Exercise inputs:
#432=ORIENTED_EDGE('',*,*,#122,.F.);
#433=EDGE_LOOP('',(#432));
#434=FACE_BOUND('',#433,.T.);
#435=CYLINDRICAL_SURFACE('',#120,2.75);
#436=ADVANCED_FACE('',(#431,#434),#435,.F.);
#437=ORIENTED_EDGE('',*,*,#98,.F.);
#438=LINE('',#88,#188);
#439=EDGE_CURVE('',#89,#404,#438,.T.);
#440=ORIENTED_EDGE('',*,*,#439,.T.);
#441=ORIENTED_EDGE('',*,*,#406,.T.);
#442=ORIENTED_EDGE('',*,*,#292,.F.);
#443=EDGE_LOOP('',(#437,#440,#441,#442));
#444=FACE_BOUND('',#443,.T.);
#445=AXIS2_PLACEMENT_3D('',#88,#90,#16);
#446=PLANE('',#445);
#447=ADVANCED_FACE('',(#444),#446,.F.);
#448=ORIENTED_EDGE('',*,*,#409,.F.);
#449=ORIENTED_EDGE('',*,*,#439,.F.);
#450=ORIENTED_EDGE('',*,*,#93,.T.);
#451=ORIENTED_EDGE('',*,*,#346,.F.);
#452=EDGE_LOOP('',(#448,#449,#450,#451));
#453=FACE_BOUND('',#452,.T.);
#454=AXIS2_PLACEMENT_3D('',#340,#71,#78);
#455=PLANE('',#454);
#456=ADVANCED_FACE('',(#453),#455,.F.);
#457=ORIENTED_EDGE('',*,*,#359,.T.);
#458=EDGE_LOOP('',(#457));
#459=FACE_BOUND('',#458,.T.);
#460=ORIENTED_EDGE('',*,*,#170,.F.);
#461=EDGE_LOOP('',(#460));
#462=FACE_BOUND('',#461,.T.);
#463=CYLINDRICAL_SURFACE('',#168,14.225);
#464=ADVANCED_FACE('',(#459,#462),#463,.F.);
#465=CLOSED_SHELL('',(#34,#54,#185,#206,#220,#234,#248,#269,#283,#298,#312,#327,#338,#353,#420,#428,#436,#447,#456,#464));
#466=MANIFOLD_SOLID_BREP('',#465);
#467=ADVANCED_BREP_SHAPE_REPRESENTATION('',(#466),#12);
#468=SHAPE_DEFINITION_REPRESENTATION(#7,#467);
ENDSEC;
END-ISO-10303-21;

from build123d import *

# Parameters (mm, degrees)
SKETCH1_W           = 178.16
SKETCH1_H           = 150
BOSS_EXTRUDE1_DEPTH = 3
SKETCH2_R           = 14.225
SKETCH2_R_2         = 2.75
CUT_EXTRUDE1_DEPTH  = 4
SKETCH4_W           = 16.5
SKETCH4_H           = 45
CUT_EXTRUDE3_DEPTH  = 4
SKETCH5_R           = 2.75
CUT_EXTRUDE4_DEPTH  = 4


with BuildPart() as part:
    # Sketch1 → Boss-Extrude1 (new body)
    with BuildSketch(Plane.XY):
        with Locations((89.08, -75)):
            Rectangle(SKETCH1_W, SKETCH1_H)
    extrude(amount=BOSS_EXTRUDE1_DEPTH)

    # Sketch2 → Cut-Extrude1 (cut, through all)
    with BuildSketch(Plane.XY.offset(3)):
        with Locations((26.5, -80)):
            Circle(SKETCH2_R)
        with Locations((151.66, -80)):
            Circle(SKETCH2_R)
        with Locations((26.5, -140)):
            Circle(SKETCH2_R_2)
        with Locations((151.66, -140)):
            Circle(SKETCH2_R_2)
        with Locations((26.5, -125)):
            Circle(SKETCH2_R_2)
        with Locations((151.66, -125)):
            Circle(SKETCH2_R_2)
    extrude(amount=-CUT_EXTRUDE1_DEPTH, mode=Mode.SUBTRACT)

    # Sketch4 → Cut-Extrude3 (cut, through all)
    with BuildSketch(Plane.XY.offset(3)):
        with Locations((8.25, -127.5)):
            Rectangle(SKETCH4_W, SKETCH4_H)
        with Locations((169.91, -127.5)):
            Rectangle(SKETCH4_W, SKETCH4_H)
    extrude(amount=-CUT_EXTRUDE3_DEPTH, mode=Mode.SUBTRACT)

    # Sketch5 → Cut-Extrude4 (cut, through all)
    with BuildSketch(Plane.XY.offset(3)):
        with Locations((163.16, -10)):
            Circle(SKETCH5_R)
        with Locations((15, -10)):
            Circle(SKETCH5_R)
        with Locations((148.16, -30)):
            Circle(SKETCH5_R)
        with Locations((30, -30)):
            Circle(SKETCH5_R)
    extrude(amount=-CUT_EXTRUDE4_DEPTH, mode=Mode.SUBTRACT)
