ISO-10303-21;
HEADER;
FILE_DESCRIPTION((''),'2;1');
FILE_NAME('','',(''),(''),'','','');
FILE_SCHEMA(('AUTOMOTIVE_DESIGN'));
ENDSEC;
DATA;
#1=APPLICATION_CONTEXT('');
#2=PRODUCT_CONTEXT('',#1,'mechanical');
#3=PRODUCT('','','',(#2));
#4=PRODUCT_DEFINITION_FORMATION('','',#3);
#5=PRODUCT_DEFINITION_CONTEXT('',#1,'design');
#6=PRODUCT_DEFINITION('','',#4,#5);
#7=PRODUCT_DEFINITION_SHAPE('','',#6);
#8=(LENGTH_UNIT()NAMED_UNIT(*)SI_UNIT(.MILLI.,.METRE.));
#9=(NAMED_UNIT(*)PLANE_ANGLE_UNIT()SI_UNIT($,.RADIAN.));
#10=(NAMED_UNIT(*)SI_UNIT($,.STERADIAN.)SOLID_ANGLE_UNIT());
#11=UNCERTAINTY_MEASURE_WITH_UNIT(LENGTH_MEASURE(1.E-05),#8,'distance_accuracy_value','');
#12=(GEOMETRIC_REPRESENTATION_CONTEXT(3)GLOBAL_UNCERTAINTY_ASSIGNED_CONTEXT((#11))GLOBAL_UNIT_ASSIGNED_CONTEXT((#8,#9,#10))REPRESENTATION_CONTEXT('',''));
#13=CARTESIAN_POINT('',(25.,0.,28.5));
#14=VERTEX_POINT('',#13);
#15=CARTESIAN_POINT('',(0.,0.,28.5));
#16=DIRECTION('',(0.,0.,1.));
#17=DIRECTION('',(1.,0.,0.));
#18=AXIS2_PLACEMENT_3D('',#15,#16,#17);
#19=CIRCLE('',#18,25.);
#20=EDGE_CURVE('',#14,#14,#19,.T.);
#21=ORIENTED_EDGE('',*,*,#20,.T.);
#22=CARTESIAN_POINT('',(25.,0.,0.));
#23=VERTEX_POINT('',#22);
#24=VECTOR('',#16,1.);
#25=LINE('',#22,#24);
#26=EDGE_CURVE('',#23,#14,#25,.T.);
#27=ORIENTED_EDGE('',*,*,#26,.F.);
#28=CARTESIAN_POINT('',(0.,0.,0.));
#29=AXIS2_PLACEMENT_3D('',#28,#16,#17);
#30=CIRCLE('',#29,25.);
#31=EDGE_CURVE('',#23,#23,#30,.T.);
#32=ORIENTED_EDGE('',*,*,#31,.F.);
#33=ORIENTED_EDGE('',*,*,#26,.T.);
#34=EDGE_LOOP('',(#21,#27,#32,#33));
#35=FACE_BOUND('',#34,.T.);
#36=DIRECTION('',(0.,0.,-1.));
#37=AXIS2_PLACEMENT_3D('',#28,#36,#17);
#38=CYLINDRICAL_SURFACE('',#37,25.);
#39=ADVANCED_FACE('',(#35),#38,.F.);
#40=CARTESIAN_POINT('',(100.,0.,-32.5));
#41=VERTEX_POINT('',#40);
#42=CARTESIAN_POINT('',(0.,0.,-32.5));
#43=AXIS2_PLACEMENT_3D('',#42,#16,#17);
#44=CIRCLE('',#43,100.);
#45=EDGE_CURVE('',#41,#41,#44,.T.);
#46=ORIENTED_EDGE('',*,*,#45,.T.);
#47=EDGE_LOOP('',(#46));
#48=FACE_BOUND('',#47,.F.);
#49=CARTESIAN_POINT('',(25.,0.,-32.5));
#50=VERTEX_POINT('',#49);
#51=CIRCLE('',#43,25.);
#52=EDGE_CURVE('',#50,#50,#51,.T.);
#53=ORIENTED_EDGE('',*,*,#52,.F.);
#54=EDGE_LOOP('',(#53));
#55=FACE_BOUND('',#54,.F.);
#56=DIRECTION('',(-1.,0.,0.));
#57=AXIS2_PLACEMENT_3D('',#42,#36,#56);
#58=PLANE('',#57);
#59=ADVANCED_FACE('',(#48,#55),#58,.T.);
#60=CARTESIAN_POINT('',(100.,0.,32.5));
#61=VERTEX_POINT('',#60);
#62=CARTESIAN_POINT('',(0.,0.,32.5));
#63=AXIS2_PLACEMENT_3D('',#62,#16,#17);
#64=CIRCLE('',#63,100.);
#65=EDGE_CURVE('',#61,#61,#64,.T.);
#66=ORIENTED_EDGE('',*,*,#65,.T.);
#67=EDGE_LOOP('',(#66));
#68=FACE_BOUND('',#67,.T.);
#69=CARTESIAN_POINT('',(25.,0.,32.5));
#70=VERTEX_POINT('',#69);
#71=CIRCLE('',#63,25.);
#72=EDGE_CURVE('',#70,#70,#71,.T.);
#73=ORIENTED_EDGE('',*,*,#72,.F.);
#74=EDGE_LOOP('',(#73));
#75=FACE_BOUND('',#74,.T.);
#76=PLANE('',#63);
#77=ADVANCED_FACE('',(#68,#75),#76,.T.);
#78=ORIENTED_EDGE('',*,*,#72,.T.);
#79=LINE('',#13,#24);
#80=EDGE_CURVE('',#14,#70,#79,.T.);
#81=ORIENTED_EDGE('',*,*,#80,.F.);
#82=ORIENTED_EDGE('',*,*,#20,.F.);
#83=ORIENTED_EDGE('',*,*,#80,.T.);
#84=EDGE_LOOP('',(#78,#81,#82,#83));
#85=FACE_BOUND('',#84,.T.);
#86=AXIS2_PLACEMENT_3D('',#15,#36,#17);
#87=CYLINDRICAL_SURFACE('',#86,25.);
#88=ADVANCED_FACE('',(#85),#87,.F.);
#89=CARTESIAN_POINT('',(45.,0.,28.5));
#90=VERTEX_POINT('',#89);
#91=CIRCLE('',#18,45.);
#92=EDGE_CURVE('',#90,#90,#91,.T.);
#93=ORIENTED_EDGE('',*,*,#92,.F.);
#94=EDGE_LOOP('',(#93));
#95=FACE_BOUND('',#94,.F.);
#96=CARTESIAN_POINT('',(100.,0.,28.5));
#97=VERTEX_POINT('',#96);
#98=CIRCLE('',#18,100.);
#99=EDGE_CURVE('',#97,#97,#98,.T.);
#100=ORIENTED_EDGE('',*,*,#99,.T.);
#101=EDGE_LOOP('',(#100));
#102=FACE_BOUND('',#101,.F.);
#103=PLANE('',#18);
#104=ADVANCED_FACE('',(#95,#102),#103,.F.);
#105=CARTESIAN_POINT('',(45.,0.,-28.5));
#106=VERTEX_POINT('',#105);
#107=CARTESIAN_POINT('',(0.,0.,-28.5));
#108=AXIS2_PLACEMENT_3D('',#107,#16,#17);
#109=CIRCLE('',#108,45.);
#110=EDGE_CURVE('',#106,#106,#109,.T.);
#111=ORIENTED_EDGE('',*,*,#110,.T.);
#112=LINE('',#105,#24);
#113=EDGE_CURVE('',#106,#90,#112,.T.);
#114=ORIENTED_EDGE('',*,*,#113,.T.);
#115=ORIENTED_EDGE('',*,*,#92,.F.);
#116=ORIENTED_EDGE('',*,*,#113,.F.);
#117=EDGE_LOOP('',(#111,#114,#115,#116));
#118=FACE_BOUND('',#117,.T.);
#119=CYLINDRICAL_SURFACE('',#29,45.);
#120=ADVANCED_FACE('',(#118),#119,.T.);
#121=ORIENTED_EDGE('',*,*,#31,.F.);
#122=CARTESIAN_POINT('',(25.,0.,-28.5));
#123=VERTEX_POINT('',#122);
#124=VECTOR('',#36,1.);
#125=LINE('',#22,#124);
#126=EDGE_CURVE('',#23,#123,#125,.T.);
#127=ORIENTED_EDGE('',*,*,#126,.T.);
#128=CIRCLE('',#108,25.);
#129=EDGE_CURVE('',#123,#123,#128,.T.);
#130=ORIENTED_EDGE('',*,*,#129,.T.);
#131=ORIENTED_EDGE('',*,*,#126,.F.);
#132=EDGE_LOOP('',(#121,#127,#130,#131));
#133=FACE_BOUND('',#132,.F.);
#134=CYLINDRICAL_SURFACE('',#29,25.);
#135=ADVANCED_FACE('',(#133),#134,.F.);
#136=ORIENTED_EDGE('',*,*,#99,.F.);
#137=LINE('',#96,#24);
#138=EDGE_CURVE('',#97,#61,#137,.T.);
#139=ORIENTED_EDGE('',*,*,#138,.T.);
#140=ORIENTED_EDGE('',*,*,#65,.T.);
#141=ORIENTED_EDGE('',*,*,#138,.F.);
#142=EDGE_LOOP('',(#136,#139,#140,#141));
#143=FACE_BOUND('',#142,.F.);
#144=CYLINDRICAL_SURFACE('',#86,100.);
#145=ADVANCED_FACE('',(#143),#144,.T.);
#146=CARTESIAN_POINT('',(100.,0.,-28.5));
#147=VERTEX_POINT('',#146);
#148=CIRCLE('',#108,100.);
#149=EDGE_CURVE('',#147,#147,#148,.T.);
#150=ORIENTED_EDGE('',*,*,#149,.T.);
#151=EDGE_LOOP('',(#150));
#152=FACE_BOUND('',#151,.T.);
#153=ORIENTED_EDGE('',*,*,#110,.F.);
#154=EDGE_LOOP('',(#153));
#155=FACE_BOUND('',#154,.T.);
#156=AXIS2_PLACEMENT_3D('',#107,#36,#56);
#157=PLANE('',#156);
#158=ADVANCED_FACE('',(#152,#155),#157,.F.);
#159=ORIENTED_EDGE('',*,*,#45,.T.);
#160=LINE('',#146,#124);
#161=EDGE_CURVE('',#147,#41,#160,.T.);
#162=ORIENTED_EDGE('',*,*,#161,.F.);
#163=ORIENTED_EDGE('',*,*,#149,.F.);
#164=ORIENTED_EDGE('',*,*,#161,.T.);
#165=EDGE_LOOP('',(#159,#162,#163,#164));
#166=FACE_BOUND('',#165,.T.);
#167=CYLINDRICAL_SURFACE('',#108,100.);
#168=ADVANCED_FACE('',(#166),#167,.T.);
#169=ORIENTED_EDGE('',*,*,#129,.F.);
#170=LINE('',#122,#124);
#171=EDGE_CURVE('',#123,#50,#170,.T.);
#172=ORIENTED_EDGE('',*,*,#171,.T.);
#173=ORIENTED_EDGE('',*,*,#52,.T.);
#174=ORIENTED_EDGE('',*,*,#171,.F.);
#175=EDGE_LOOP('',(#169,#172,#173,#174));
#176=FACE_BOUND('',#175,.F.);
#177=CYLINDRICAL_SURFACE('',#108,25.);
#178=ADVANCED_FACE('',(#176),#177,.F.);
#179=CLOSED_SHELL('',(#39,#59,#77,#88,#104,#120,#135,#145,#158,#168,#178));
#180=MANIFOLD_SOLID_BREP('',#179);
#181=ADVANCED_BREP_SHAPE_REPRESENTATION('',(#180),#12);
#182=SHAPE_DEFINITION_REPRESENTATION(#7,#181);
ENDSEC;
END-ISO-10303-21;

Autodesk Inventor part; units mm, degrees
ref_plane "YZ Plane" through (0, 0, 0) normal (1, 0, 0) x (0, 1, 0)
ref_plane "XZ Plane" through (0, 0, 0) normal (0, 1, 0) x (-1, 0, 0)
ref_plane "XY Plane" through (0, 0, 0) normal (0, 0, 1) x (1, 0, 0)
sketch "Sketch1" plane through (0, 0, 0) normal (0, 0, 1) x (1, 0, 0)
  circle A0 centre (0, 0) radius 25
  circle A1 centre (0, 0) radius 45
  dimension "d0" = 50
  dimension "d1" = 90
extrude "Extrusion1" add sketch "Sketch1" along normal mid plane 57
sketch "Sketch2" plane through (0, 0, 28.5) normal (0, 0, 1) x (1, 0, 0)
  circle A0 centre (0, 0) radius 100
  circle A1 centre (0, 0) radius 25 projected
  dimension "d4" = 200
extrude "Extrusion2" add sketch "Sketch2" along normal blind 4
mirror "Mirror1" about plane through (0, 0, 0) normal (0, 0, 1) of "Extrusion2"
properties part number "filament spool"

Description of the task: Would you output, unchanged, each line from the start of the records to the line that holds "#442=ORIENTED_EDGE('',*,*,#292,.F.);", both included and nothing else?

Task solution:
#432=ORIENTED_EDGE('',*,*,#122,.F.);
#433=EDGE_LOOP('',(#432));
#434=FACE_BOUND('',#433,.T.);
#435=CYLINDRICAL_SURFACE('',#120,2.75);
#436=ADVANCED_FACE('',(#431,#434),#435,.F.);
#437=ORIENTED_EDGE('',*,*,#98,.F.);
#438=LINE('',#88,#188);
#439=EDGE_CURVE('',#89,#404,#438,.T.);
#440=ORIENTED_EDGE('',*,*,#439,.T.);
#441=ORIENTED_EDGE('',*,*,#406,.T.);
#442=ORIENTED_EDGE('',*,*,#292,.F.);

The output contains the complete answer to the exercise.